**Work to be completed**
Scan the records beneath this line for the line holding "#61=ORIENTED_EDGE('',*,*,#20,.T.);" and the line holding "END-ISO-10303-21;", then transcribe exactly those two and all lines between.

--- Exercise materials Enclosed Below ---

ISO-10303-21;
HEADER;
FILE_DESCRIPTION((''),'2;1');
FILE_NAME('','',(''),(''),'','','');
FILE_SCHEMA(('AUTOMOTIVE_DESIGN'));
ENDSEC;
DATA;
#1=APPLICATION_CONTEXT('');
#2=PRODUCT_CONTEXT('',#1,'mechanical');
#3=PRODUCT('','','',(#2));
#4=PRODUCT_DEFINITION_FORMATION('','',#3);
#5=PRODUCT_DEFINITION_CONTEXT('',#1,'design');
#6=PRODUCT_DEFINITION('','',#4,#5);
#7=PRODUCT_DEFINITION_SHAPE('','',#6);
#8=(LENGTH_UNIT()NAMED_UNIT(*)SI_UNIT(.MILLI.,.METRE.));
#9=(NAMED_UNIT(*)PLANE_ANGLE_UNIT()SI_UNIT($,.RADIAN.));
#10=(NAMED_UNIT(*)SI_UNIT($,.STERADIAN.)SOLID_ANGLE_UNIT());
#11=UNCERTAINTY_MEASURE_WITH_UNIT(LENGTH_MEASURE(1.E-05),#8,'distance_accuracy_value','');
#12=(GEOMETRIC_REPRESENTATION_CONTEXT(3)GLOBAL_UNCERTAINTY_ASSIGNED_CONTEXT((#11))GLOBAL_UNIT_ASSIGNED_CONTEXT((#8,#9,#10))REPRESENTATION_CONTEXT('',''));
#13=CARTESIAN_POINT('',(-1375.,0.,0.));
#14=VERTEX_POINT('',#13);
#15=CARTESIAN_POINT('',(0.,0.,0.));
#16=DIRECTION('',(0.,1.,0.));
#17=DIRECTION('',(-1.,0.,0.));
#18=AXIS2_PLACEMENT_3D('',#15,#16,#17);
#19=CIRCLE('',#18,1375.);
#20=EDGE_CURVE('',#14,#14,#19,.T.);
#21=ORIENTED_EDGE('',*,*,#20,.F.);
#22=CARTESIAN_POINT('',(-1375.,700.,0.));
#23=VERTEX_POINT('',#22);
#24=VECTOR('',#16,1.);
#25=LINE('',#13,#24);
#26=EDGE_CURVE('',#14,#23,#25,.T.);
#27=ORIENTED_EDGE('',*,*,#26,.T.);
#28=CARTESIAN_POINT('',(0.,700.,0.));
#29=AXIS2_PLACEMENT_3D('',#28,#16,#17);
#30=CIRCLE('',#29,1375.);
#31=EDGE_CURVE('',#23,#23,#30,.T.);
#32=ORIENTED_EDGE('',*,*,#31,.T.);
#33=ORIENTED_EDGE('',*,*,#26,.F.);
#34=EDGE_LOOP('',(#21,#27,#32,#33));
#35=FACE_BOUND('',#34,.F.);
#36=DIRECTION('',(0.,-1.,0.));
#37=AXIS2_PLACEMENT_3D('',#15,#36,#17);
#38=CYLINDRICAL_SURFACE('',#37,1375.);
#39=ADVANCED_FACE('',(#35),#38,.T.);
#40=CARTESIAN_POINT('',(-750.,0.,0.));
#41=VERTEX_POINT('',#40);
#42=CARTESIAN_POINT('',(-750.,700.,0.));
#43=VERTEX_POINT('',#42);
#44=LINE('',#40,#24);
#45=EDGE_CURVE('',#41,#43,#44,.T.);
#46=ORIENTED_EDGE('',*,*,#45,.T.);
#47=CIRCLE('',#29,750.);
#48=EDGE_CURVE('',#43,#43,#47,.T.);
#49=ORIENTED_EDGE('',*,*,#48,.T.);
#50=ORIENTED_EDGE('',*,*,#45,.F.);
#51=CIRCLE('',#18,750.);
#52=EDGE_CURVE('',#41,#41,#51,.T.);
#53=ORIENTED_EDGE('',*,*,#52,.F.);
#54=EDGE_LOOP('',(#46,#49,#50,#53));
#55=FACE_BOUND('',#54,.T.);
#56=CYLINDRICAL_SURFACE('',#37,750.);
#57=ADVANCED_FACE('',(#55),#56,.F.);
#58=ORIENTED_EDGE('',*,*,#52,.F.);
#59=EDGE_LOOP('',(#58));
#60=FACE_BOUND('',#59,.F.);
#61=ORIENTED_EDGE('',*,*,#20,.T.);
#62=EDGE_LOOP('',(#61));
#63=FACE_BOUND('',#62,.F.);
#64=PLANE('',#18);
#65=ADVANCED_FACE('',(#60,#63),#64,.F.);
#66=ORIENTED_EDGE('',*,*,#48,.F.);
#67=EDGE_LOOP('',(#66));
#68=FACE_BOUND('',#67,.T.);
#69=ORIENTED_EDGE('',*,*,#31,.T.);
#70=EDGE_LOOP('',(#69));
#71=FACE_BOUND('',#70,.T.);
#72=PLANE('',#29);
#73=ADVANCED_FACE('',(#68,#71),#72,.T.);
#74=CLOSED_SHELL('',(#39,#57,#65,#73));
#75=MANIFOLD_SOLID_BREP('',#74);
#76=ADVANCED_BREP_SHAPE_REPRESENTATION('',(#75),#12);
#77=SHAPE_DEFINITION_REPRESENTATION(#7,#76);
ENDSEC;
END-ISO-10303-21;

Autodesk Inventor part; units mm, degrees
ref_plane "YZ Plane" through (0, 0, 0) normal (1, 0, 0) x (0, 1, 0)
ref_plane "XZ Plane" through (0, 0, 0) normal (0, 1, 0) x (-1, 0, 0)
ref_plane "XY Plane" through (0, 0, 0) normal (0, 0, 1) x (1, 0, 0)
sketch "Sketch1" plane through (0, 0, 0) normal (0, 1, 0) x (-1, 0, 0)
  circle A0 centre (0, 0) radius 750
  circle A1 centre (0, 0) radius 1375
  dimension "d0" = 1500
  dimension "d1" = 2750
extrude "Extrusion1" add sketch "Sketch1" along normal blind 700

--- End of Enclosed Exercise materials ---

**Reply**
#61=ORIENTED_EDGE('',*,*,#20,.T.);
#62=EDGE_LOOP('',(#61));
#63=FACE_BOUND('',#62,.F.);
#64=PLANE('',#18);
#65=ADVANCED_FACE('',(#60,#63),#64,.F.);
#66=ORIENTED_EDGE('',*,*,#48,.F.);
#67=EDGE_LOOP('',(#66));
#68=FACE_BOUND('',#67,.T.);
#69=ORIENTED_EDGE('',*,*,#31,.T.);
#70=EDGE_LOOP('',(#69));
#71=FACE_BOUND('',#70,.T.);
#72=PLANE('',#29);
#73=ADVANCED_FACE('',(#68,#71),#72,.T.);
#74=CLOSED_SHELL('',(#39,#57,#65,#73));
#75=MANIFOLD_SOLID_BREP('',#74);
#76=ADVANCED_BREP_SHAPE_REPRESENTATION('',(#75),#12);
#77=SHAPE_DEFINITION_REPRESENTATION(#7,#76);
ENDSEC;
END-ISO-10303-21;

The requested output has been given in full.